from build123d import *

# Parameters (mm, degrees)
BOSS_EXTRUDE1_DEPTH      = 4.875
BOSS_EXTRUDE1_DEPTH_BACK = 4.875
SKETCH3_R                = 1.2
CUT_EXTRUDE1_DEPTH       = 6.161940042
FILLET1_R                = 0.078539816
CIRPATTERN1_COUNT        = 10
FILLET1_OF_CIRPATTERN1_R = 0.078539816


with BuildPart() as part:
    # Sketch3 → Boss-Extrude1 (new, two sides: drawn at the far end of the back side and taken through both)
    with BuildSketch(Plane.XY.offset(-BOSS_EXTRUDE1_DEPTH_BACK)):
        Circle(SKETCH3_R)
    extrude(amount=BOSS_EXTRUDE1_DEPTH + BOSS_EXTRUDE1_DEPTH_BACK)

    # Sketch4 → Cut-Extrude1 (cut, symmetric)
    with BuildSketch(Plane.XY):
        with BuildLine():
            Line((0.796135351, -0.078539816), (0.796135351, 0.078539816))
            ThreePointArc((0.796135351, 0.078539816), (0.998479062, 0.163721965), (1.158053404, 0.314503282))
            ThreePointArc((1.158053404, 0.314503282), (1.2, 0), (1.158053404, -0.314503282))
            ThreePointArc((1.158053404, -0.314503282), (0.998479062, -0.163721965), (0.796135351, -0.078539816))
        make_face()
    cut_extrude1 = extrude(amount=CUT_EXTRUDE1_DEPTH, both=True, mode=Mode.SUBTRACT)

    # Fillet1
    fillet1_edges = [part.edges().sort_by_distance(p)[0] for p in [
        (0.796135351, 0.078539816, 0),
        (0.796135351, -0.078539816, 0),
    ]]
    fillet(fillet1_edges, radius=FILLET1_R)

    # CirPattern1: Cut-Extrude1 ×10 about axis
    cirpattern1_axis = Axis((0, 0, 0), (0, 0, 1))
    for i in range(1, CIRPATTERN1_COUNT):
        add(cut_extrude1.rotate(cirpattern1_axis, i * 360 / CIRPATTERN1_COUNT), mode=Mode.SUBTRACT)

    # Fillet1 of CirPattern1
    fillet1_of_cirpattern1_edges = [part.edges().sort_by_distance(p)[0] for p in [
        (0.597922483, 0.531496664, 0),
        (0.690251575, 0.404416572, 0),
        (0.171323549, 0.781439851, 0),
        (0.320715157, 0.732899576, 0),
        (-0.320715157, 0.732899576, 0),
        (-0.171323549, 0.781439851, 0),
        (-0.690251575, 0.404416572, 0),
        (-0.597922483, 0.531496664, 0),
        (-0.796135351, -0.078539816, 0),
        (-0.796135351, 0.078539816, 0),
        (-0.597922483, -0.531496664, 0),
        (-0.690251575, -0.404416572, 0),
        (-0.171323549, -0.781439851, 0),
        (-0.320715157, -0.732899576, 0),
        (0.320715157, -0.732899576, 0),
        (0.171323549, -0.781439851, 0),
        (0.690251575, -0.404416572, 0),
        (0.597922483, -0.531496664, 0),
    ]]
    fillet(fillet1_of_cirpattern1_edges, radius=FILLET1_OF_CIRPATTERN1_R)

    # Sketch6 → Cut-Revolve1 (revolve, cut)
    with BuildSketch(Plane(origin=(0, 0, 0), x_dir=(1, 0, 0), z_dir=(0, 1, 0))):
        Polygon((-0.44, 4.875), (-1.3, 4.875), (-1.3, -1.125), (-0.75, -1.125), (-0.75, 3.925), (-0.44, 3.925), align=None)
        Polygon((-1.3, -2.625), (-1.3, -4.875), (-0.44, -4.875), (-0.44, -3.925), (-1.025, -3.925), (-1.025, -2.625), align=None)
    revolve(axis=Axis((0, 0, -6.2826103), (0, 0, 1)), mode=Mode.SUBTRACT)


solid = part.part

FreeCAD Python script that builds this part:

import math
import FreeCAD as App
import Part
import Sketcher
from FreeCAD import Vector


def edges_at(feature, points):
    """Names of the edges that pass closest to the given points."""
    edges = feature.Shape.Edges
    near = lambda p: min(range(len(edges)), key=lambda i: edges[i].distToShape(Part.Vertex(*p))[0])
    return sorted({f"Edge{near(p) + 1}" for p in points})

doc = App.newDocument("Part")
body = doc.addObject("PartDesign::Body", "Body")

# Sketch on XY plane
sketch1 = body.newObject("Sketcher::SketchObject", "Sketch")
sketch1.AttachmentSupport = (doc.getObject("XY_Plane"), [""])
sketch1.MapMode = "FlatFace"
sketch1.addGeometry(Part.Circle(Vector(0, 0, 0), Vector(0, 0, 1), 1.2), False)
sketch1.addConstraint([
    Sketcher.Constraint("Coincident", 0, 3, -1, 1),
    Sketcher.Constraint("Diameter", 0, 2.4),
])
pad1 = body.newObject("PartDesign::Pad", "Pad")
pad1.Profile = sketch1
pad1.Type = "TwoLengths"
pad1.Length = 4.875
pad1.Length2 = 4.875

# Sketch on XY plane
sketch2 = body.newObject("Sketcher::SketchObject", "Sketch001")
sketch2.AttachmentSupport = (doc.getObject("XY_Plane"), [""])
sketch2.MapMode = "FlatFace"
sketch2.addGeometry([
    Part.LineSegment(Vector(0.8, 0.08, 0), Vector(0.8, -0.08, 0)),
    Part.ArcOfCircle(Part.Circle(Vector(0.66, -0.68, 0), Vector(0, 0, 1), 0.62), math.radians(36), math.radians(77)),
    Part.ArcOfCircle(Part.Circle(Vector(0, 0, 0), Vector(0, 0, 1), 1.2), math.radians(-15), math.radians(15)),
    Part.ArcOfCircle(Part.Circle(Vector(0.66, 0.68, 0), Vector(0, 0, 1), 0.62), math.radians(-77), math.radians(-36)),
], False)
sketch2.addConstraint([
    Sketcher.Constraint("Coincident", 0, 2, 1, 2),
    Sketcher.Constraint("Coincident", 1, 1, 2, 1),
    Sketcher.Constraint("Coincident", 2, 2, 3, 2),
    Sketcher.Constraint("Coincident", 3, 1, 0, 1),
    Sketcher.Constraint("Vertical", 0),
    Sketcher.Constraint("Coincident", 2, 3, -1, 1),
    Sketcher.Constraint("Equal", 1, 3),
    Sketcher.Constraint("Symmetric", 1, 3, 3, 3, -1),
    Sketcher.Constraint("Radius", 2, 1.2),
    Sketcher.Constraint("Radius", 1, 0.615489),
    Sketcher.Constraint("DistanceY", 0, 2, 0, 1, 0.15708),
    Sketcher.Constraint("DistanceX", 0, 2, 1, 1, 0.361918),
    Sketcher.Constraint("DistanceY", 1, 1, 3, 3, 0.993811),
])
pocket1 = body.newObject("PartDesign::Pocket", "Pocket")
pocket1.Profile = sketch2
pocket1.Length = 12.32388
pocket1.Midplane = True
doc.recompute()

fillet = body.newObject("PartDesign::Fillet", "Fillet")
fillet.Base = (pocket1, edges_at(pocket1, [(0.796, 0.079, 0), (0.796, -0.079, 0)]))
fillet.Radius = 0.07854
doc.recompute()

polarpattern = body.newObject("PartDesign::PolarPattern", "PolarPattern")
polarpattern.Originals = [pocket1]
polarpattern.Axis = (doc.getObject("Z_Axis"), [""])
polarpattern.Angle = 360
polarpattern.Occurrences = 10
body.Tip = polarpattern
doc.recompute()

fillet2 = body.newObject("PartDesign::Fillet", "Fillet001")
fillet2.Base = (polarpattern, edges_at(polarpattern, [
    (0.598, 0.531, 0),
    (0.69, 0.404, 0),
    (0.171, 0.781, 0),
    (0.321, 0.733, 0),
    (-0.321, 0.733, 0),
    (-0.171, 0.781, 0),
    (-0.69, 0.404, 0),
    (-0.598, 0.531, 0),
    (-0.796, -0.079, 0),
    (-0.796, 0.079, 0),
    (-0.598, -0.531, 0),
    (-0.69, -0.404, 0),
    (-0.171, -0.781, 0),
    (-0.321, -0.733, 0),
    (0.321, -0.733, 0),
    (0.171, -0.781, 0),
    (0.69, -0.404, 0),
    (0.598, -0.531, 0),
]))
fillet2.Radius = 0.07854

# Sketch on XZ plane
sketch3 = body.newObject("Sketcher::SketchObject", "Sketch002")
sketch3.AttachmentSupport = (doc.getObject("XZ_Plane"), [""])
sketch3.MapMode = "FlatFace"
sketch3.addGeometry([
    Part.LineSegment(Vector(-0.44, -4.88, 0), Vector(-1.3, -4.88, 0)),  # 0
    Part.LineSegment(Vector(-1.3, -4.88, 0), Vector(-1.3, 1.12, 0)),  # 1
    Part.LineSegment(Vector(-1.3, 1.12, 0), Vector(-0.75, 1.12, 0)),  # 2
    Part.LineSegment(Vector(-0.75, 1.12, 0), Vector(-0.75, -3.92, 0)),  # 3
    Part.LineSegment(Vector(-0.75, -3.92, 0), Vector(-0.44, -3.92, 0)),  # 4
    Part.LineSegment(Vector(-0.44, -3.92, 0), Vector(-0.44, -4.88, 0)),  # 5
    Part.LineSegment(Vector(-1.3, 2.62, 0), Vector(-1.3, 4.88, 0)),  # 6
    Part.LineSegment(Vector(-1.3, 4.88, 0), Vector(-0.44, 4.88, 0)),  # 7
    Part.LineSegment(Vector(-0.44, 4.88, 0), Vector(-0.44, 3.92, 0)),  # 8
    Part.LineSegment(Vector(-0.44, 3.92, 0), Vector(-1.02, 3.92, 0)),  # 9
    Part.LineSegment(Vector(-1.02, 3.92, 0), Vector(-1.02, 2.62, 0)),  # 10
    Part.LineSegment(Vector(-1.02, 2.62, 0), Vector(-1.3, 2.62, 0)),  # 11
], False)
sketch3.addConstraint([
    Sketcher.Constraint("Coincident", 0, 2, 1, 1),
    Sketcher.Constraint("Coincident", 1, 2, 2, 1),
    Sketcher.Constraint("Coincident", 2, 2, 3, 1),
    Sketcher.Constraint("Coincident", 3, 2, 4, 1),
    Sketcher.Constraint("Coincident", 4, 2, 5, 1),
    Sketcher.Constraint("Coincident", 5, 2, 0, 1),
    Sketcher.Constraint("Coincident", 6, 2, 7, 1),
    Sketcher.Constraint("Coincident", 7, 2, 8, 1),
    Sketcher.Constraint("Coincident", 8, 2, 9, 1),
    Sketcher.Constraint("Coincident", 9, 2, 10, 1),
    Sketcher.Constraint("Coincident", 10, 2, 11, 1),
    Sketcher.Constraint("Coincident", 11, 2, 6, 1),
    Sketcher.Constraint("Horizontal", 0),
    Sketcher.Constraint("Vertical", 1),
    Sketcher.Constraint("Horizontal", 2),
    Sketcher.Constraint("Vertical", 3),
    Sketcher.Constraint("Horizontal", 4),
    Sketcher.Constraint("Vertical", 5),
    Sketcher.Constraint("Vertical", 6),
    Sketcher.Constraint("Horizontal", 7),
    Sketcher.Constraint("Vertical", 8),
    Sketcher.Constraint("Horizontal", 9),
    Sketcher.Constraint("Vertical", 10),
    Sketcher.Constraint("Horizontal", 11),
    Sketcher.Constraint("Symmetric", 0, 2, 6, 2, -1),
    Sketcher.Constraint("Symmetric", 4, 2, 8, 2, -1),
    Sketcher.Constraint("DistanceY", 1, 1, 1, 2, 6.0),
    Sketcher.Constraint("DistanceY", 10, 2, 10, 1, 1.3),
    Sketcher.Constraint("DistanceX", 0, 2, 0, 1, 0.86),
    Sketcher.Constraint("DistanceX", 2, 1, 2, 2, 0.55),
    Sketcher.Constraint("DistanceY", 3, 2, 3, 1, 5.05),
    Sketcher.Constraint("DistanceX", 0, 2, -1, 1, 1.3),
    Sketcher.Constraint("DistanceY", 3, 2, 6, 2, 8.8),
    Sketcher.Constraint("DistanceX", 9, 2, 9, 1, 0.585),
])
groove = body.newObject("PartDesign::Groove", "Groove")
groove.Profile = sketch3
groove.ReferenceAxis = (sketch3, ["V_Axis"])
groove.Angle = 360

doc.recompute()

######

• Task to complete:
Where the listing above reaches the line that contains "make_face()", start retyping, and finish with the line that contains "FreeCAD Python script"; reproduce those lines exactly and no others.

• Your solution:
        make_face()
    cut_extrude1 = extrude(amount=CUT_EXTRUDE1_DEPTH, both=True, mode=Mode.SUBTRACT)

    # Fillet1
    fillet1_edges = [part.edges().sort_by_distance(p)[0] for p in [
        (0.796135351, 0.078539816, 0),
        (0.796135351, -0.078539816, 0),
    ]]
    fillet(fillet1_edges, radius=FILLET1_R)

    # CirPattern1: Cut-Extrude1 ×10 about axis
    cirpattern1_axis = Axis((0, 0, 0), (0, 0, 1))
    for i in range(1, CIRPATTERN1_COUNT):
        add(cut_extrude1.rotate(cirpattern1_axis, i * 360 / CIRPATTERN1_COUNT), mode=Mode.SUBTRACT)

    # Fillet1 of CirPattern1
    fillet1_of_cirpattern1_edges = [part.edges().sort_by_distance(p)[0] for p in [
        (0.597922483, 0.531496664, 0),
        (0.690251575, 0.404416572, 0),
        (0.171323549, 0.781439851, 0),
        (0.320715157, 0.732899576, 0),
        (-0.320715157, 0.732899576, 0),
        (-0.171323549, 0.781439851, 0),
        (-0.690251575, 0.404416572, 0),
        (-0.597922483, 0.531496664, 0),
        (-0.796135351, -0.078539816, 0),
        (-0.796135351, 0.078539816, 0),
        (-0.597922483, -0.531496664, 0),
        (-0.690251575, -0.404416572, 0),
        (-0.171323549, -0.781439851, 0),
        (-0.320715157, -0.732899576, 0),
        (0.320715157, -0.732899576, 0),
        (0.171323549, -0.781439851, 0),
        (0.690251575, -0.404416572, 0),
        (0.597922483, -0.531496664, 0),
    ]]
    fillet(fillet1_of_cirpattern1_edges, radius=FILLET1_OF_CIRPATTERN1_R)

    # Sketch6 → Cut-Revolve1 (revolve, cut)
    with BuildSketch(Plane(origin=(0, 0, 0), x_dir=(1, 0, 0), z_dir=(0, 1, 0))):
        Polygon((-0.44, 4.875), (-1.3, 4.875), (-1.3, -1.125), (-0.75, -1.125), (-0.75, 3.925), (-0.44, 3.925), align=None)
        Polygon((-1.3, -2.625), (-1.3, -4.875), (-0.44, -4.875), (-0.44, -3.925), (-1.025, -3.925), (-1.025, -2.625), align=None)
    revolve(axis=Axis((0, 0, -6.2826103), (0, 0, 1)), mode=Mode.SUBTRACT)


solid = part.part

FreeCAD Python script that builds this part:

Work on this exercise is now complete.